### WHAT YOU NEED TO DO
Read through the data below and state how many of its lines contain the word "first", adding nothing.

### SOURCE MATERIAL

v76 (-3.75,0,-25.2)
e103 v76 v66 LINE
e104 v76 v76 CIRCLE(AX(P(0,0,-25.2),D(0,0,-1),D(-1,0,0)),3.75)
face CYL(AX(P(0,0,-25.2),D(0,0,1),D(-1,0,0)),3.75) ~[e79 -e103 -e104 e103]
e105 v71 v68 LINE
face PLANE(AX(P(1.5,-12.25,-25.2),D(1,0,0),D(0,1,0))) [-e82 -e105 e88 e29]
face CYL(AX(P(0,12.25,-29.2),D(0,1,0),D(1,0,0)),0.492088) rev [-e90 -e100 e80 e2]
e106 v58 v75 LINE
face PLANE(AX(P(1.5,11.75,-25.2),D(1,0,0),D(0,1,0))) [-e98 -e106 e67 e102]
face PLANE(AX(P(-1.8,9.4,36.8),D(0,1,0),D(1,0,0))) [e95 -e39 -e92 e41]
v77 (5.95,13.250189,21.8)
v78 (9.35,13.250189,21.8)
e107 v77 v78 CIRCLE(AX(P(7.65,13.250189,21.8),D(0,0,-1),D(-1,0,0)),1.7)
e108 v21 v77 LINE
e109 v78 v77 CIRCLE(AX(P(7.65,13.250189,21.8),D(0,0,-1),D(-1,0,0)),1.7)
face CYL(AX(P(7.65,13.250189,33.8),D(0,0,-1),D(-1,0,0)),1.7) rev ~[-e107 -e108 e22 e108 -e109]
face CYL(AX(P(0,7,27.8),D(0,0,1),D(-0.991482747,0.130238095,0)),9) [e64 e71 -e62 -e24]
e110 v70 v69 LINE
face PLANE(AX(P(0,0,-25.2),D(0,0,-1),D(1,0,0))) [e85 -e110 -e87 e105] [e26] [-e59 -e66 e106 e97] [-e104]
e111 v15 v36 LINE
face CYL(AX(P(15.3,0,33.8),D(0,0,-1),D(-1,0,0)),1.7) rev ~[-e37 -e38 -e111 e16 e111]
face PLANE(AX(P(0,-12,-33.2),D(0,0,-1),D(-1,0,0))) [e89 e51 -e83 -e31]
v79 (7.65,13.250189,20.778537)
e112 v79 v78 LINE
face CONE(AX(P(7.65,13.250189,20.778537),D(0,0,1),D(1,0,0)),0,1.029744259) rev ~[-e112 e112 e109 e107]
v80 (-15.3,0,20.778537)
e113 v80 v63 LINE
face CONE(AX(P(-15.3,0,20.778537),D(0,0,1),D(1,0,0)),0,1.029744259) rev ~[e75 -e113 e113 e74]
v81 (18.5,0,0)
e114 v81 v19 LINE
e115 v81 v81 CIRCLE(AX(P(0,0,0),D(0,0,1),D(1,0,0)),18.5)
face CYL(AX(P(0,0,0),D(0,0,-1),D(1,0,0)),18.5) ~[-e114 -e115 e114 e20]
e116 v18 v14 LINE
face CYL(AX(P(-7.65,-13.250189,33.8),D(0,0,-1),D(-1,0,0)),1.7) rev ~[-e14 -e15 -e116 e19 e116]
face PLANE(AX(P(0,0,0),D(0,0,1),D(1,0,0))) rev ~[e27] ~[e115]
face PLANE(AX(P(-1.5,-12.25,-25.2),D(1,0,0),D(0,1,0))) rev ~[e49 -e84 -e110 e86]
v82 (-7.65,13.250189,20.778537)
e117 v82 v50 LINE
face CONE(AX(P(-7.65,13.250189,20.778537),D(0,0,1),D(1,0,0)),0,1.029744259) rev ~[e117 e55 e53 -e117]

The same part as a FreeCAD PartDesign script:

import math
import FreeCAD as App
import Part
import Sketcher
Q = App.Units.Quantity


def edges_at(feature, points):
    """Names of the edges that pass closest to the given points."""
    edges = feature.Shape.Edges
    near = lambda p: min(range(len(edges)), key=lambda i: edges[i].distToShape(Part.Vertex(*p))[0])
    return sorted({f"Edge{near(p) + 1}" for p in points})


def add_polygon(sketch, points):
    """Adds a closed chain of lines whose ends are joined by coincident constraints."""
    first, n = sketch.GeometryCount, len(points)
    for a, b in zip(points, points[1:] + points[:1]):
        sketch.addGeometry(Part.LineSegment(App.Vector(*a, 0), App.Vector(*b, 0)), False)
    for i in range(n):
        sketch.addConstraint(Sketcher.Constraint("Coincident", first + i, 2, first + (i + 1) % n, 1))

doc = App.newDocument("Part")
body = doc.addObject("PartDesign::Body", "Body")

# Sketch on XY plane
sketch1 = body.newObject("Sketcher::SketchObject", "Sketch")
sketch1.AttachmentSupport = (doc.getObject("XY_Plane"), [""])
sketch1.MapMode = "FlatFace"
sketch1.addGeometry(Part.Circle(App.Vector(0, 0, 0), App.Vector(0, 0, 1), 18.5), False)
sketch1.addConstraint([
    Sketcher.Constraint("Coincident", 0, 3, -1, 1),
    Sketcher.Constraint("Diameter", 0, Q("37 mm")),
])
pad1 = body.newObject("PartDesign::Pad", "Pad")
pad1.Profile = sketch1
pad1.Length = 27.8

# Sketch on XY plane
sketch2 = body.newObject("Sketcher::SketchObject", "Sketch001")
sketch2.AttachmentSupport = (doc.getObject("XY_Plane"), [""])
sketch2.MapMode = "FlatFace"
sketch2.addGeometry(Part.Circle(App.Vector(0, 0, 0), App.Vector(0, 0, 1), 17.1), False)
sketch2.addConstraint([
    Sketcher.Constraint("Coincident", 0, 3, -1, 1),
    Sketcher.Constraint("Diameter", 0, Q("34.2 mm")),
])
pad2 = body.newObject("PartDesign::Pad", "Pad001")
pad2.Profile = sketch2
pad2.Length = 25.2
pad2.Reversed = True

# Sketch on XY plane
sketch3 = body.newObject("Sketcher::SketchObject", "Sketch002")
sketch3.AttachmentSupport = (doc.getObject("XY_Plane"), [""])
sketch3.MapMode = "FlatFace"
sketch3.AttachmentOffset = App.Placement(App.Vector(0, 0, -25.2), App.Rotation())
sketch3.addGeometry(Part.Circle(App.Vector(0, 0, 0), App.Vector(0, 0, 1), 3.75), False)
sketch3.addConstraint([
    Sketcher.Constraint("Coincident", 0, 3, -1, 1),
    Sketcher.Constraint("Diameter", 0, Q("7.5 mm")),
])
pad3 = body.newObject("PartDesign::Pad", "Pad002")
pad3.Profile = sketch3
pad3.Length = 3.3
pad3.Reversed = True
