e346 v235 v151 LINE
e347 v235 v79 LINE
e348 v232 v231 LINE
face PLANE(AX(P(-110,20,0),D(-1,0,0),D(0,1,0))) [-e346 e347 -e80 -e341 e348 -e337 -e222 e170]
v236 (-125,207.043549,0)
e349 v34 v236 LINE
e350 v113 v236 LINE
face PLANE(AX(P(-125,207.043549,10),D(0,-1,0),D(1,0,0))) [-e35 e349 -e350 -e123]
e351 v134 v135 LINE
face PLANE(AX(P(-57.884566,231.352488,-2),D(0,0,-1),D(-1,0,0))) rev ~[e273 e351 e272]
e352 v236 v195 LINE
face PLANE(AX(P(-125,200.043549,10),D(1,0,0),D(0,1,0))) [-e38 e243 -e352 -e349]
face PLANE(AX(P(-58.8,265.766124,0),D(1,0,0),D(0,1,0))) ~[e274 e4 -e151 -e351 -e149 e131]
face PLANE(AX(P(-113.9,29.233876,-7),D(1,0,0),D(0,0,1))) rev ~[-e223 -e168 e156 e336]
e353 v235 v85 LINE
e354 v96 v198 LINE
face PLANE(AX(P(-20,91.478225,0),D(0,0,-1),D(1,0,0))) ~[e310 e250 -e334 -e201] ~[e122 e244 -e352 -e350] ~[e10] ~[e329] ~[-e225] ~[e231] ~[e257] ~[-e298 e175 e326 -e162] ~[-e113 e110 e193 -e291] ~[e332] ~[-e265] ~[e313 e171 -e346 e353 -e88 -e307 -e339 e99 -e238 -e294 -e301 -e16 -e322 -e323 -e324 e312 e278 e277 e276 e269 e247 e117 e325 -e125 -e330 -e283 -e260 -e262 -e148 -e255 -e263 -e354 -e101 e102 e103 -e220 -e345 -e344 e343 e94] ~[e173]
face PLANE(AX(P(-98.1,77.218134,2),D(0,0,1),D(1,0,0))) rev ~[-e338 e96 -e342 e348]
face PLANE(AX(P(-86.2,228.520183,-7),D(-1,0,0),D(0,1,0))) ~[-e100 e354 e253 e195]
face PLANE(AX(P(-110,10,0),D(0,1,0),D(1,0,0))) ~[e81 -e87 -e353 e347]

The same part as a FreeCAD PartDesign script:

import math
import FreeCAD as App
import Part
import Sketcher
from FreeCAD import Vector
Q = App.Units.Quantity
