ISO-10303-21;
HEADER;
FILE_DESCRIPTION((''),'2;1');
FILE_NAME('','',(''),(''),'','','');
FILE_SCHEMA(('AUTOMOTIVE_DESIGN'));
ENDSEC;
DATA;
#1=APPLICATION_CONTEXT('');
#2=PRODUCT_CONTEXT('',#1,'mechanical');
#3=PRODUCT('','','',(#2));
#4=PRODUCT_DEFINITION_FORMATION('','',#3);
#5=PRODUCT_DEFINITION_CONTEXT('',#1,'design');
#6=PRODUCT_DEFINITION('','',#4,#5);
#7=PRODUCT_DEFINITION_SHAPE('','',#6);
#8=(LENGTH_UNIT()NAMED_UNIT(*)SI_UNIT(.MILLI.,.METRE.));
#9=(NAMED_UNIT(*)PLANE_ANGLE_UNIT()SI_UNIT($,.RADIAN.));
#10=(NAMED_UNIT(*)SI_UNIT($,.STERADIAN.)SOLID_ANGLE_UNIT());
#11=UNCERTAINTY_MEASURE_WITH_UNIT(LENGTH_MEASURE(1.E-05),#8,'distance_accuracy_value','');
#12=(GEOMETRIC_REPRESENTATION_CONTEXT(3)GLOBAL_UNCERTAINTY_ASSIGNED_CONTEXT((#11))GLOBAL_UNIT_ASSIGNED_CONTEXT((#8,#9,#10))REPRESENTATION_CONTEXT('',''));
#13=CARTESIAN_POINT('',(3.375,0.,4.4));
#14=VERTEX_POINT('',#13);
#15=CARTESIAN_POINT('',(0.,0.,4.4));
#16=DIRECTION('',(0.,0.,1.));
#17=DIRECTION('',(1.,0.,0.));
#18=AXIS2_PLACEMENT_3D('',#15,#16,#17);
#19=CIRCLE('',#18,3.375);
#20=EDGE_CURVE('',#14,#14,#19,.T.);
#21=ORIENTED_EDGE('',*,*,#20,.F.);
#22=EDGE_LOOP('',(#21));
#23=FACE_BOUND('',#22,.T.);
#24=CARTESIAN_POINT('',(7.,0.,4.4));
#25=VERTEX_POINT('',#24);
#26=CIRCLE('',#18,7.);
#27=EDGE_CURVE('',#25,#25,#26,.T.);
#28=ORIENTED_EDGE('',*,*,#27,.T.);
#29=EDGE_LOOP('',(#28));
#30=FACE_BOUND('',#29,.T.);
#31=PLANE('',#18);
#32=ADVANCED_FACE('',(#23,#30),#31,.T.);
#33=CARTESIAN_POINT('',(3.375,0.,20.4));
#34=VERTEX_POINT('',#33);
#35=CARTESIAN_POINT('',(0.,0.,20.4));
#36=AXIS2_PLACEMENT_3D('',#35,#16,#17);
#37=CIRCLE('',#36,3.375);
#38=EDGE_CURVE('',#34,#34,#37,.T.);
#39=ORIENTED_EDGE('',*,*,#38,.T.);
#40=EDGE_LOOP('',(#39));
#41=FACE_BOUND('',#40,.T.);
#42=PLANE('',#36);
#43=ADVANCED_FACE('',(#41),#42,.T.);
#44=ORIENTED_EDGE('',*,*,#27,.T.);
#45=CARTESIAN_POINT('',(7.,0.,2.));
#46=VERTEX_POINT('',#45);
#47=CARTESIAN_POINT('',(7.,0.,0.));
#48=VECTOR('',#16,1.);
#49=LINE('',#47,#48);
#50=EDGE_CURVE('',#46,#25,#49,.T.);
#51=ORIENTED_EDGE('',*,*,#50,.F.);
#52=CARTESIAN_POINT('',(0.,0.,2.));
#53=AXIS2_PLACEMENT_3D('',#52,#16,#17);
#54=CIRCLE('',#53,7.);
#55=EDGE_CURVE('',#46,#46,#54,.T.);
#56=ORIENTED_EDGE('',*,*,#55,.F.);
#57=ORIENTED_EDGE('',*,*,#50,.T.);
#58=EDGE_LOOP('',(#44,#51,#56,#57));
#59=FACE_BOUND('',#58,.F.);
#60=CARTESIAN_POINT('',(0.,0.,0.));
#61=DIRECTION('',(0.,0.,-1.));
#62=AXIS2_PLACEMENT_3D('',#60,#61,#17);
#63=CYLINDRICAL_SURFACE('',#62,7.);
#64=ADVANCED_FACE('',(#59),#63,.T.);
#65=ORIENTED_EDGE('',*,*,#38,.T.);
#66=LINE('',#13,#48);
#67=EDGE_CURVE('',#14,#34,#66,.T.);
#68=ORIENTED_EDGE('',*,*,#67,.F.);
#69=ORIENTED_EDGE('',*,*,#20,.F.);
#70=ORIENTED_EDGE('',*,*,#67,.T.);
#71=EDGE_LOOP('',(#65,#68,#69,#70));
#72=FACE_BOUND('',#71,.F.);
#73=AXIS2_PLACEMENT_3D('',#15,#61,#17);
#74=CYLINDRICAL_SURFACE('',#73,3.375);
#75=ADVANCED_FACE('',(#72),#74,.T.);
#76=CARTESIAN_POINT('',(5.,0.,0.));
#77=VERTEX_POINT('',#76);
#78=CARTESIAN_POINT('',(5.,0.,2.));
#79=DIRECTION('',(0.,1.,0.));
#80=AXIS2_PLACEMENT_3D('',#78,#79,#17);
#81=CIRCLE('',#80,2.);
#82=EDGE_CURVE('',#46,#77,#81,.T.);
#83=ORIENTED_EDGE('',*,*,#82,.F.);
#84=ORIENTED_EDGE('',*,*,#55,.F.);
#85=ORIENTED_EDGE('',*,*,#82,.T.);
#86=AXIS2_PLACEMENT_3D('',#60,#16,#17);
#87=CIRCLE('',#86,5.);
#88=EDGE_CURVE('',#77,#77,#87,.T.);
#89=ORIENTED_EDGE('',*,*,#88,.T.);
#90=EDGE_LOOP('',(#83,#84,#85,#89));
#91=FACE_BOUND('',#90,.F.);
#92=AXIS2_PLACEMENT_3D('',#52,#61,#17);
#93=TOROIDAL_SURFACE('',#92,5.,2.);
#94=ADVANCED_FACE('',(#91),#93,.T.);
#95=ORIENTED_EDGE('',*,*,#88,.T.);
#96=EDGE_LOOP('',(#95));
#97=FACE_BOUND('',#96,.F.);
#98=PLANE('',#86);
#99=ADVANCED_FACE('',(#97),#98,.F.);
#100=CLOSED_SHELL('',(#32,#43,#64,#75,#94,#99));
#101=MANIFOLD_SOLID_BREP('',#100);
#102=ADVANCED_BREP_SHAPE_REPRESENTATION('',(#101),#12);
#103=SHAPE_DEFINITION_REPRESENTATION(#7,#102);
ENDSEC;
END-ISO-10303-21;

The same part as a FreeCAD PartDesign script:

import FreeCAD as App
import Part
import Sketcher

V = App.Vector
Q = App.Units.Quantity


def edges_at(feature, points):
    """Names of the edges that pass closest to the given points."""
    edges = feature.Shape.Edges
    near = lambda p: min(range(len(edges)), key=lambda i: edges[i].distToShape(Part.Vertex(*p))[0])
    return sorted({f"Edge{near(p) + 1}" for p in points})

doc = App.newDocument("Part")
body = doc.addObject("PartDesign::Body", "Body")

# Sketch on XY plane
sketch1 = body.newObject("Sketcher::SketchObject", "Sketch")
sketch1.AttachmentSupport = (doc.getObject("XY_Plane"), [""])
sketch1.MapMode = "FlatFace"
sketch1.addGeometry(Part.Circle(V(0, 0, 0), V(0, 0, 1), 7), False)
sketch1.addConstraint(Sketcher.Constraint("Coincident", 0, 3, -1, 1))
sketch1.addConstraint(Sketcher.Constraint("Diameter", 0, Q("14 mm")))
pad1 = body.newObject("PartDesign::Pad", "Pad")
pad1.Profile = sketch1
pad1.Length = 4.4
doc.recompute()

fillet = body.newObject("PartDesign::Fillet", "Fillet")
fillet.Base = (pad1, edges_at(pad1, [(-7, 0, 0)]))
fillet.Radius = 2

# Sketch on XY plane
sketch2 = body.newObject("Sketcher::SketchObject", "Sketch001")
sketch2.AttachmentSupport = (doc.getObject("XY_Plane"), [""])
sketch2.MapMode = "FlatFace"
sketch2.AttachmentOffset = App.Placement(V(0, 0, 4.4), App.Rotation())
sketch2.addGeometry(Part.Circle(V(0, 0, 0), V(0, 0, 1), 3.4), False)
sketch2.addConstraint(Sketcher.Constraint("Coincident", 0, 3, -1, 1))
sketch2.addConstraint(Sketcher.Constraint("Diameter", 0, Q("6.75 mm")))
pad2 = body.newObject("PartDesign::Pad", "Pad001")
pad2.Profile = sketch2
pad2.Length = 16

doc.recompute()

### ANSWER FOR THE TASK
2